7月20日に投開票が行われた参議院選挙において、自民党と公明党の連立与党は合計47議席の獲得に留まり、衆参両院で過半数を割り込む結果となりました。通常国会終了時の会見で「非改選を含めて自公で過半数」を勝敗ラインとしていた石破茂首相に対し、今回の敗北の責任を問う声が急速に高まっています。
参議院選挙後の党首会談で握手する石破茂首相(右)と公明党の斉藤鉄夫代表。連立与党の過半数割れを受け、石破首相の責任が問われている様子。
参院選敗北の衝撃と石破首相への責任論
参議院選挙での大敗を受け、7月28日に開催された自民党の両院議員懇談会には236人の国会議員が参加し、そのうち64人が発言しました。その多くは石破首相の「辞任」を求める主張であり、党内の動揺と責任追及の動きが顕著になっています。
読売新聞が7月21日と22日に実施した緊急全国調査では、内閣支持率が前月比10ポイント減の22%にまで急落し、内閣発足以来最低を記録しました。さらに、「石破首相は辞任すべき」と回答した人は54%と過半数を占めています。望ましい政権については、「野党中心の政権に交代」が最多の47%となり、「自民党中心の政権の継続」の35%を上回るなど、国民の間に政権交代への期待が高まっていることがうかがえます。
野党警戒と衆院解散の可能性
こうした状況を受けて、野党からは早期の衆院解散を警戒する声が上がっています。国民民主党の玉木雄一郎代表は7月23日、「今後の(自民)党内政局によってはどうなるかわからない。

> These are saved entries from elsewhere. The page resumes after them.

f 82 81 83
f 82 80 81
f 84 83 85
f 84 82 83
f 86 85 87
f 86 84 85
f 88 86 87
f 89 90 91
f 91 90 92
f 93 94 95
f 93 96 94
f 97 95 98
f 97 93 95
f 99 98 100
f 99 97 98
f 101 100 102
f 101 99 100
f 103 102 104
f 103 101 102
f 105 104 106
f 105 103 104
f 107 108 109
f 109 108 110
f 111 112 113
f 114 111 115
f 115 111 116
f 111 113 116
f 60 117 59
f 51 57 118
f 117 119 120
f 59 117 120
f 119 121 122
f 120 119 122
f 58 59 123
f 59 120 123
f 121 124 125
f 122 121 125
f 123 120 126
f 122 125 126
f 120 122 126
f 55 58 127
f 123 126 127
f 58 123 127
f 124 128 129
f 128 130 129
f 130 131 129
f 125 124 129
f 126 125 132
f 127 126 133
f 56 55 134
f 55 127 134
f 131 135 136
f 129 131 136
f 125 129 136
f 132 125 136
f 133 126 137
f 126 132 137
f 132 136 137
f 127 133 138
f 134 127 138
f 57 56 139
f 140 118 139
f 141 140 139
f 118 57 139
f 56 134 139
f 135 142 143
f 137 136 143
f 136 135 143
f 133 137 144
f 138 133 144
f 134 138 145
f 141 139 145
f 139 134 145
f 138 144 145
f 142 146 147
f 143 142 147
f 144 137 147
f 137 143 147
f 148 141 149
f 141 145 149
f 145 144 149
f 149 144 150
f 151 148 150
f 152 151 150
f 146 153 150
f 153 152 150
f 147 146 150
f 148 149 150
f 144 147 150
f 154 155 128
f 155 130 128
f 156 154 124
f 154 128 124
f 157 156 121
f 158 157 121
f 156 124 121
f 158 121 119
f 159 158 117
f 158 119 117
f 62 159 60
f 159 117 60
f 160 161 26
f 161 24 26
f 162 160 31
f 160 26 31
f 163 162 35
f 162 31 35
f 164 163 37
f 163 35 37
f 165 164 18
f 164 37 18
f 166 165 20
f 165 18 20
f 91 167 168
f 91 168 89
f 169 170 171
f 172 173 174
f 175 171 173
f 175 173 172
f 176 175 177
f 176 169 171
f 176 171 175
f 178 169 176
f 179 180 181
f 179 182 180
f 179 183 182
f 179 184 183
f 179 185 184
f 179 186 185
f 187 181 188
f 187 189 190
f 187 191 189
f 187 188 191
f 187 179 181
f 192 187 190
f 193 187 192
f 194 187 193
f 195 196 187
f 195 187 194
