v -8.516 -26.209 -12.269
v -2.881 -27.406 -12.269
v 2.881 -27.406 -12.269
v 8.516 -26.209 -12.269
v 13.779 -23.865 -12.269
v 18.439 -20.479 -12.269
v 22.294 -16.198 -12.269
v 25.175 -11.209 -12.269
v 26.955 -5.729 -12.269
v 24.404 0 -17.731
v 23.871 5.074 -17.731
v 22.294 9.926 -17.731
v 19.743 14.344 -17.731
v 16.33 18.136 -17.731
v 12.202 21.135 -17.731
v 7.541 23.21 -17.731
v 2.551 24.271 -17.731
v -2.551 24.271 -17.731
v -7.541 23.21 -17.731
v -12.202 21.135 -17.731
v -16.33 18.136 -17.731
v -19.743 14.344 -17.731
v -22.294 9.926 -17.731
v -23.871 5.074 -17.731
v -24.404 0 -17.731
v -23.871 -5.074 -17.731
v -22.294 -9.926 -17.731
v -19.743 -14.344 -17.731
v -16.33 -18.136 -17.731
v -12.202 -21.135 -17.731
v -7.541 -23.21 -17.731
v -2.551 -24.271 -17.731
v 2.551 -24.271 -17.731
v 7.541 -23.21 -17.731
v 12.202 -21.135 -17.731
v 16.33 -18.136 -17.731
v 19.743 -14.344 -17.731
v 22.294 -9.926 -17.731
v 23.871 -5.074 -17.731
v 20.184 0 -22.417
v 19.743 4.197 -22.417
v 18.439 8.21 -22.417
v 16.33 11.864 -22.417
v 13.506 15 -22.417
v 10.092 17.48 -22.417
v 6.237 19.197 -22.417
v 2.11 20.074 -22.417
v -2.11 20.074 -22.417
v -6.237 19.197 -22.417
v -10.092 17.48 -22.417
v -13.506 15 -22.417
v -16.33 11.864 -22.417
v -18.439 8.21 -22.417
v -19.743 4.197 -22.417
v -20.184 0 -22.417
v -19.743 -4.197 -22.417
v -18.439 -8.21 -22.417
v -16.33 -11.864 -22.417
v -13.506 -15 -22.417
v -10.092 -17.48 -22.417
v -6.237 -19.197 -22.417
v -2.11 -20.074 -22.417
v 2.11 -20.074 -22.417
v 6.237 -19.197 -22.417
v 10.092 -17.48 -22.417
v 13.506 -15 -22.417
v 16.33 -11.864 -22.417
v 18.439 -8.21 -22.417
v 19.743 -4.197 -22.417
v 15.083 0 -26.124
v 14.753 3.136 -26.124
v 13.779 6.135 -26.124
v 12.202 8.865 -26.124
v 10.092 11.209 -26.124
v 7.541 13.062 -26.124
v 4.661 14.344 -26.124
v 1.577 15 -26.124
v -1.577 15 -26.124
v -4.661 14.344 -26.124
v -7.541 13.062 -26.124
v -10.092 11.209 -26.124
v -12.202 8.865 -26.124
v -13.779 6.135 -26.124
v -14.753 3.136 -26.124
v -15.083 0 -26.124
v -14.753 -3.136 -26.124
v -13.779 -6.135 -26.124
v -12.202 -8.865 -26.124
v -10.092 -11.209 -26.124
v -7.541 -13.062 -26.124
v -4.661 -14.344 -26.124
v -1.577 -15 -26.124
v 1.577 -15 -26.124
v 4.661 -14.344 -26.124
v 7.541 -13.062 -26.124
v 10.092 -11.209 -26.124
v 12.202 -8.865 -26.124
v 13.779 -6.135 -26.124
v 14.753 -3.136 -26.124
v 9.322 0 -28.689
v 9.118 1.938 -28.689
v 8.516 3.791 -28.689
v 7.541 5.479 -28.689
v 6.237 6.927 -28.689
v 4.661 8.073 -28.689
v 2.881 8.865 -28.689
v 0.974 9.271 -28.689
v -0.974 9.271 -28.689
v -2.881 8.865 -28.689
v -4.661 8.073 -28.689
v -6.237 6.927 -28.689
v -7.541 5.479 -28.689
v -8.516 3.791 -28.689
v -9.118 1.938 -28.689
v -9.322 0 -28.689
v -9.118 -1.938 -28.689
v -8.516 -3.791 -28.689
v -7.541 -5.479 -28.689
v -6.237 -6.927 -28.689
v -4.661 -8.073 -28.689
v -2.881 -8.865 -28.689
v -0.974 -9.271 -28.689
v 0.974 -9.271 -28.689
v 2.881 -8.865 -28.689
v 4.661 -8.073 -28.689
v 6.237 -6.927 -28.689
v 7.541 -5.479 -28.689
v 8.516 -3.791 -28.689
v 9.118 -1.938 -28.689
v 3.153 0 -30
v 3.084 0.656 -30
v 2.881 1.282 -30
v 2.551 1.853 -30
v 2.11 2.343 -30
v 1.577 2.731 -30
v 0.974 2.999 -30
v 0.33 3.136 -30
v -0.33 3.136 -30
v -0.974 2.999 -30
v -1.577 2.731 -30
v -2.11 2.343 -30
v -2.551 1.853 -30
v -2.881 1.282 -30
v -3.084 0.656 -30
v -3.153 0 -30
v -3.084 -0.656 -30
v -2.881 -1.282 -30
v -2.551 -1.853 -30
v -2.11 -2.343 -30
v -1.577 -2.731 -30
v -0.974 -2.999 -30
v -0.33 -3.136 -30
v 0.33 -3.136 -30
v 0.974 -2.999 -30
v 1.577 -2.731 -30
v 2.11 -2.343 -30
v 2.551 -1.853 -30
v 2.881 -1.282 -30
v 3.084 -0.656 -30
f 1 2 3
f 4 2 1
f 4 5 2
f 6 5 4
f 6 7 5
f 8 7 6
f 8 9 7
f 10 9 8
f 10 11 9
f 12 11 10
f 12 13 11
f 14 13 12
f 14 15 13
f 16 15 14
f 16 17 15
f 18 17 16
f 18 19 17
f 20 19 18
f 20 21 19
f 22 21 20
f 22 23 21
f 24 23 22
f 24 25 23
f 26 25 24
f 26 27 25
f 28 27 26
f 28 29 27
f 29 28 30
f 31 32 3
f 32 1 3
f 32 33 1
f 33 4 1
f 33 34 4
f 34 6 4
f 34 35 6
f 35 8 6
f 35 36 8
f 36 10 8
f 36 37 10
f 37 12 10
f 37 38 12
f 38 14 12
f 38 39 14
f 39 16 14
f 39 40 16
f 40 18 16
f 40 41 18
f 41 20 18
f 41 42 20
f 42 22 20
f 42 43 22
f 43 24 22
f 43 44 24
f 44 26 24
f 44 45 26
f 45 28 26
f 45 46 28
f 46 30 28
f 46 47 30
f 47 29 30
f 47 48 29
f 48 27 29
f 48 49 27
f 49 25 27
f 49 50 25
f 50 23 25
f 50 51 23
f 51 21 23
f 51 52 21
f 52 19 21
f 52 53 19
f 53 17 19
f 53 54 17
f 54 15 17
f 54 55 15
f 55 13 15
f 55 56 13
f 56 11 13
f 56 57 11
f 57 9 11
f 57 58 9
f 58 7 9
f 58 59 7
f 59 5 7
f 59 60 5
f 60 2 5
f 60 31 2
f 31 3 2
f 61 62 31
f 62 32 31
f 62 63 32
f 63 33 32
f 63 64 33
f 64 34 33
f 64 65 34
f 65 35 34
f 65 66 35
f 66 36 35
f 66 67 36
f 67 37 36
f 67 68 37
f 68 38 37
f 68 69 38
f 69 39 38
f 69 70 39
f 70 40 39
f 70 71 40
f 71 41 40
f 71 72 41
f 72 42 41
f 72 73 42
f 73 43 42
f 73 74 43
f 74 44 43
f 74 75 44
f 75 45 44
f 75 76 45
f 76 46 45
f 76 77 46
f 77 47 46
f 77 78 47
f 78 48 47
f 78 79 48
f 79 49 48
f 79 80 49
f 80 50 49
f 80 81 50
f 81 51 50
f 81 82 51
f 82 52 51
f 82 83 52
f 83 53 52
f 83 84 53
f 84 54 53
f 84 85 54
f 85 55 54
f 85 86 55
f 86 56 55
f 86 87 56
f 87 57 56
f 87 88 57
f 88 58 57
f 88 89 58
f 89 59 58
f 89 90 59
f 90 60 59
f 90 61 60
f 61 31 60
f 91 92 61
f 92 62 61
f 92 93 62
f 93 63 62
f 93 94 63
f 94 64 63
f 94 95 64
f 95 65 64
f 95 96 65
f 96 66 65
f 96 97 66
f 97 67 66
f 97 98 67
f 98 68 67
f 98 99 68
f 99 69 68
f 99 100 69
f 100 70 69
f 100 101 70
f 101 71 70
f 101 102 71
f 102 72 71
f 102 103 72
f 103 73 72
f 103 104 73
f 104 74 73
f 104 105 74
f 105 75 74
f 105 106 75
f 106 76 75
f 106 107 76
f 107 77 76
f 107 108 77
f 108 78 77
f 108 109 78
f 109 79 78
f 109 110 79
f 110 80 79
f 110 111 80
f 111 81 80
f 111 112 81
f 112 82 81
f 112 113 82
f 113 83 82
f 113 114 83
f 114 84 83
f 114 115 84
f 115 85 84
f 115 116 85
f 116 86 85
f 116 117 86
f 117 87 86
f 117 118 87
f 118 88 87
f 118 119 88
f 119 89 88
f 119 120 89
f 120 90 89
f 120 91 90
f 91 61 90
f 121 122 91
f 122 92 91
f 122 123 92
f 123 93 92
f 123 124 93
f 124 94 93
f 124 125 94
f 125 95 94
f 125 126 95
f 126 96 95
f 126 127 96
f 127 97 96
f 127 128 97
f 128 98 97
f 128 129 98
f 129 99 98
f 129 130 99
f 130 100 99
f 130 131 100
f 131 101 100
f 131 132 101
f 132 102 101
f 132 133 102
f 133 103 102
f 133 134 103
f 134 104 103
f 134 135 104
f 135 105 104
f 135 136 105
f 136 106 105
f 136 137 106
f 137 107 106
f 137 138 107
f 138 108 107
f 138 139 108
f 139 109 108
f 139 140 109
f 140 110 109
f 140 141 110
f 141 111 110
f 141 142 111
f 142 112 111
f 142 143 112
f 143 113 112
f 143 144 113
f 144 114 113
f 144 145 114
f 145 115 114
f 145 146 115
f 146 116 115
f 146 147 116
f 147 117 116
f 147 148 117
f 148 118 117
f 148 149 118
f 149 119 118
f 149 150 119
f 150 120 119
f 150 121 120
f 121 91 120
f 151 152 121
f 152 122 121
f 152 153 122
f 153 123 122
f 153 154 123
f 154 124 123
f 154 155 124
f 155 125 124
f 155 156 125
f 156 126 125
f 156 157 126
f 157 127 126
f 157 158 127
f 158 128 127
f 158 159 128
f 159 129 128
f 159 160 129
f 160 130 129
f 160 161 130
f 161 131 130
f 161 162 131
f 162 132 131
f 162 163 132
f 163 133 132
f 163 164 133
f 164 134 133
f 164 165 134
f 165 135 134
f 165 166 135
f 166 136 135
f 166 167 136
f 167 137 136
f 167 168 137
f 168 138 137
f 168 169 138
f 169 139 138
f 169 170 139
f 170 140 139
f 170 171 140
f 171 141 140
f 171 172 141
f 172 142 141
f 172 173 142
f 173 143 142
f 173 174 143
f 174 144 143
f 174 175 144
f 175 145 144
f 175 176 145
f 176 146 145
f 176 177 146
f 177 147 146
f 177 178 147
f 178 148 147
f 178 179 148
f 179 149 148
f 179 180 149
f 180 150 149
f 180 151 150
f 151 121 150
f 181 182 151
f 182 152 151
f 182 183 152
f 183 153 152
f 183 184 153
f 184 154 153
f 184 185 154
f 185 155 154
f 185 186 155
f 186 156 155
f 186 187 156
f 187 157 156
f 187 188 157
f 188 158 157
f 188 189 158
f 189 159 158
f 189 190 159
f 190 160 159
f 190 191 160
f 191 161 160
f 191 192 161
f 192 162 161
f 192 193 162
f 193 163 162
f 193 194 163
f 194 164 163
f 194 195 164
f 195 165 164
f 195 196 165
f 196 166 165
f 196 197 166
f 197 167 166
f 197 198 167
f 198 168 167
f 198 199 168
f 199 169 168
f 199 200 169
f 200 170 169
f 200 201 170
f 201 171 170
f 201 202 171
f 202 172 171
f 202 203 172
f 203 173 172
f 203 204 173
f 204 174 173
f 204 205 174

注意深く注視しつつ、われわれとしては何が起こってもおかしくないように、衆院選挙の準備を加速したい」と記者団に述べました。
また、立憲民主党の枝野幸男最高顧問も自身のX(旧ツイッター)で「早ければ10月に総選挙が行われる可能性がある」と発信し、「10月12日投票日を想定して準備を進める」と具体的な日程にまで言及するなど、すでに衆院選モードに入りつつあります。

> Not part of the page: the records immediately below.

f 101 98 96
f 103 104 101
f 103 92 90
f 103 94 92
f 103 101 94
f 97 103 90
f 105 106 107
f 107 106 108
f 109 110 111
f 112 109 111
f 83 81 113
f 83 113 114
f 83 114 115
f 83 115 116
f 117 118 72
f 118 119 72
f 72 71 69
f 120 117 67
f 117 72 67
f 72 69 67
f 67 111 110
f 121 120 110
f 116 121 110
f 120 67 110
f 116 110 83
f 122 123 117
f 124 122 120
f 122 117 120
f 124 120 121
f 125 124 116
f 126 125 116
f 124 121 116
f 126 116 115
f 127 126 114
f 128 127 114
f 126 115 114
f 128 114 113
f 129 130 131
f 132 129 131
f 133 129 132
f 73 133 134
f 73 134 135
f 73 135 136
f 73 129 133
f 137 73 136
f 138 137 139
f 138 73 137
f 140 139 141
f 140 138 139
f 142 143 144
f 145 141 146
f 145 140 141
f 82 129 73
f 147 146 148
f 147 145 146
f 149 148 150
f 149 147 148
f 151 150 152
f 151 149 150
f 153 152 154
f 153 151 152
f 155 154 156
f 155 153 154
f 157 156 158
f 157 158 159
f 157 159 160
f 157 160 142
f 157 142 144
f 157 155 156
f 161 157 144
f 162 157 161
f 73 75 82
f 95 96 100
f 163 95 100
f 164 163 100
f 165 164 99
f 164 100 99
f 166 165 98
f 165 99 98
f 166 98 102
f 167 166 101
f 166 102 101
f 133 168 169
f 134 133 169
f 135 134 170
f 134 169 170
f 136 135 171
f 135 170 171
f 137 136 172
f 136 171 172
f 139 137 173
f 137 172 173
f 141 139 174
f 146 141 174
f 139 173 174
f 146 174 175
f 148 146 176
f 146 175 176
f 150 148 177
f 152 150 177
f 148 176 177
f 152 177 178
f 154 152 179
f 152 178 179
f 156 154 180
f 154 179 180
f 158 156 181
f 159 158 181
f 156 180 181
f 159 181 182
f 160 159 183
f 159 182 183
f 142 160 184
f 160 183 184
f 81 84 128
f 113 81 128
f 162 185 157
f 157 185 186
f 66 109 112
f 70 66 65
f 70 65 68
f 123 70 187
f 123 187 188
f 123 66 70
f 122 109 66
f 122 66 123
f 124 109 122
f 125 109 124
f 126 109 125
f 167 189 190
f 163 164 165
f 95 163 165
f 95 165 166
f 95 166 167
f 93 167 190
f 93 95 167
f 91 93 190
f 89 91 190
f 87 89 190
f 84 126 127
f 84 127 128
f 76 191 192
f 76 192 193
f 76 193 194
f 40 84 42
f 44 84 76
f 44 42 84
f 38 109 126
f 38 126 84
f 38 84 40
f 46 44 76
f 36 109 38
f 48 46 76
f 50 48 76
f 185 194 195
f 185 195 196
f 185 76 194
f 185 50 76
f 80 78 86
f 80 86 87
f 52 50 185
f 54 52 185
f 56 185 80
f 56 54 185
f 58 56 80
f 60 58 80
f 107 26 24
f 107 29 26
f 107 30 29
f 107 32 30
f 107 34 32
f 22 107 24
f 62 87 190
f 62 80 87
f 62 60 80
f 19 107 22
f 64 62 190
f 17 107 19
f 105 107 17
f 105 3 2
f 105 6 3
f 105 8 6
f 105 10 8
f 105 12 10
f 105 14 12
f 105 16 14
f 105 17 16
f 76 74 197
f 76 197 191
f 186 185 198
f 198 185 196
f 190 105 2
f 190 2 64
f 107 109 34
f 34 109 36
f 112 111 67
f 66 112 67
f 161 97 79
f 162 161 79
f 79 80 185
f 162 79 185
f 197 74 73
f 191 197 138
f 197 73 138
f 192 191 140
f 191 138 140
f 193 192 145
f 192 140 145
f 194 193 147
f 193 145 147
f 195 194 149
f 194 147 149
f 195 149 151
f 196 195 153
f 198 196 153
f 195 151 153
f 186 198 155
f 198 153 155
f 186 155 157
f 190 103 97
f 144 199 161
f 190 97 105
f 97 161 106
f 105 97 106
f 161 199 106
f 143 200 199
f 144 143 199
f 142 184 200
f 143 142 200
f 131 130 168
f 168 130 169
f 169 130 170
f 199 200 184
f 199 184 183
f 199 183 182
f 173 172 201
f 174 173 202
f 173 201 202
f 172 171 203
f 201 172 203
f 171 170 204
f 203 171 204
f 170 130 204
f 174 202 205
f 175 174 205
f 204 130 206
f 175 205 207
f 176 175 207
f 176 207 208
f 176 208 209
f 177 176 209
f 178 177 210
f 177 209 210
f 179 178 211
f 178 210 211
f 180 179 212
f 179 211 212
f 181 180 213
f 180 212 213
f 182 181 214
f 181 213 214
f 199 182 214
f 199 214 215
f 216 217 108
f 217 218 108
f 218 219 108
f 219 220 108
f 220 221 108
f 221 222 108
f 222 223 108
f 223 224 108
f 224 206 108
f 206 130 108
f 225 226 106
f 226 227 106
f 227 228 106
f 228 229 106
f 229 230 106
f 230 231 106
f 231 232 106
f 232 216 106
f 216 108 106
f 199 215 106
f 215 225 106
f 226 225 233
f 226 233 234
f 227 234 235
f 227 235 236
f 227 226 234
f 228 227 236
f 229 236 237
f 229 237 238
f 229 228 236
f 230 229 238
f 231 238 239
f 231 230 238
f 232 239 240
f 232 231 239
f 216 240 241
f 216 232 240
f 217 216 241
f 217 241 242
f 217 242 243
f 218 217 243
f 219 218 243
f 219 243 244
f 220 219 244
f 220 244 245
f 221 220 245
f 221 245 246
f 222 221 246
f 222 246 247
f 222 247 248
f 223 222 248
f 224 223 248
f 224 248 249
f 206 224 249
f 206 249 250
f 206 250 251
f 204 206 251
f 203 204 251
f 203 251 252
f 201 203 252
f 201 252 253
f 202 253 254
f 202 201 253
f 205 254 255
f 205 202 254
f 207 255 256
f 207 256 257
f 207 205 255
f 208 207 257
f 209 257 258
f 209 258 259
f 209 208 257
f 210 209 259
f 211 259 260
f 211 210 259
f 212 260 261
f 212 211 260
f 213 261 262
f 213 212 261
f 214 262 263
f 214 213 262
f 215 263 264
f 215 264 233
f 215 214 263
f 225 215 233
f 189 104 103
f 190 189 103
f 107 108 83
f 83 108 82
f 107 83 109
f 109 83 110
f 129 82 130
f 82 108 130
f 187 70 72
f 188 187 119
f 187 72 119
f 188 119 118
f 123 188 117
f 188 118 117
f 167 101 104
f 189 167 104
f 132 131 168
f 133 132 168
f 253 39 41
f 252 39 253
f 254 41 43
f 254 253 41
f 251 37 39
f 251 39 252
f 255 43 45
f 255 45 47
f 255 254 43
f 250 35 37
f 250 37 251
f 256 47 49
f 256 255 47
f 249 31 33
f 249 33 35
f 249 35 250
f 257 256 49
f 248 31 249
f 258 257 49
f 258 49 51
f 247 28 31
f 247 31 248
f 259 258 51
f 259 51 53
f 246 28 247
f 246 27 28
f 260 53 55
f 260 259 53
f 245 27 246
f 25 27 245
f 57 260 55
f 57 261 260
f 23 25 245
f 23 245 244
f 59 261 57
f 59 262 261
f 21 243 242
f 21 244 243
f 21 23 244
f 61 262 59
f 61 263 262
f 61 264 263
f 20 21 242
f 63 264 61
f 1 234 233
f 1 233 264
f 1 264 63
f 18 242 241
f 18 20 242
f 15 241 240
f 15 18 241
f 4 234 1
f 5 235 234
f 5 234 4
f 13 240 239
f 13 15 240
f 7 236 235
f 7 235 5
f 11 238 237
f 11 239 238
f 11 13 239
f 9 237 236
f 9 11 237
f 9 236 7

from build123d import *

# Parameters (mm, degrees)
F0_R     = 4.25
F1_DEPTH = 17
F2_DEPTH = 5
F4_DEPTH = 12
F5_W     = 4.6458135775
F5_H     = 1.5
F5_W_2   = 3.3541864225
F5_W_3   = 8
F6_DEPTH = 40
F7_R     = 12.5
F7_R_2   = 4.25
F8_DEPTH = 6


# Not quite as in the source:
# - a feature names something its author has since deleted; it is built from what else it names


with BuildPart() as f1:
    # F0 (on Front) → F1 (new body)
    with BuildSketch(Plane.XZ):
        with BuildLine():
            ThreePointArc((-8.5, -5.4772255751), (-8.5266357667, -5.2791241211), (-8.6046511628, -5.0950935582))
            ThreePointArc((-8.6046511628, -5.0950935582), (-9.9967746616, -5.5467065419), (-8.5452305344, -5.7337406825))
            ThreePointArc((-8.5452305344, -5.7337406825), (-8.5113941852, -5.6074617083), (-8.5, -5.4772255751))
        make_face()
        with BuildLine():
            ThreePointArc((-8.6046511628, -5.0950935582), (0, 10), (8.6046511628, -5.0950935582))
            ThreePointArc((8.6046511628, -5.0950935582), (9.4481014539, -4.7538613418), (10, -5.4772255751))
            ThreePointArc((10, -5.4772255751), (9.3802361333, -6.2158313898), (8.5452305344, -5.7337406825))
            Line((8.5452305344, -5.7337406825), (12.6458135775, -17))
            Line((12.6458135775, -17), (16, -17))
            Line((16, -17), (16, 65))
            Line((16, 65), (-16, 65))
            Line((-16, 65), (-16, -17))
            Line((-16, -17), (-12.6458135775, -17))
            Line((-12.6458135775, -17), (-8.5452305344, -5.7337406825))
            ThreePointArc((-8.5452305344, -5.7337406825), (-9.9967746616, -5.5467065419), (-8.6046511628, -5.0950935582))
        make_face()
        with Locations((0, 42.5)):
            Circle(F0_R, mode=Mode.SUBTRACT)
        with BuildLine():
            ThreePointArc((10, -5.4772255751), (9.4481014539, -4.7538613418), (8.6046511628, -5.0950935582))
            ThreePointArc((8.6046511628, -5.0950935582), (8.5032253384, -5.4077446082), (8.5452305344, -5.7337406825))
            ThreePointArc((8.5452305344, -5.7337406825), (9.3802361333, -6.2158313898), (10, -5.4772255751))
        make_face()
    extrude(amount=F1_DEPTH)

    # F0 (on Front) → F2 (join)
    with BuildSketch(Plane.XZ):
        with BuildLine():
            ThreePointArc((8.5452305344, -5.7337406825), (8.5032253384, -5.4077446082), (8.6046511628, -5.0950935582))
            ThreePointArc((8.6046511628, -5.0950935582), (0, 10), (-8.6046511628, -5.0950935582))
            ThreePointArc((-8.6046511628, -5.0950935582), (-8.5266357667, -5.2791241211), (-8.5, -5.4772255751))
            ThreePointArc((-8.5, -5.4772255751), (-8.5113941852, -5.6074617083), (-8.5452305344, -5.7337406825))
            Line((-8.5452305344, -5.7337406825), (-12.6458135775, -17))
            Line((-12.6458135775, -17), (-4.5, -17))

今秋が大政局となることは避けられない情勢ですが、前回の衆院選(2024年10月27日投開票)からまだ1年も経過していません。もし実現すれば、1953年の「バカヤロー解散」や1980年の「ハプニング解散」に次ぐ早期解散となります。しかし、問題は「自公連立政権が次の衆院選に耐えうるのか」という点にあります。石破首相の就任直後に行われた昨年10月の衆院選で、自民党は67議席を失う大敗を喫し、小選挙区での得票数は前回の2762万6157票から2086万7762票へと、約676万票も減少していました。
まとめ
参議院選挙での自公連立与党の敗北は、石破政権に大きな打撃を与え、首相の辞任を求める声や早期の衆院解散への警戒が強まるなど、日本の政局に大きな波紋を広げています。内閣支持率の急落と国民の政権交代への期待が高まる中、与党が直面する課題は山積しています。今後の政権運営、特に衆議院の動向は、日本政治の行方を大きく左右する「大政局」となることが確実視されています。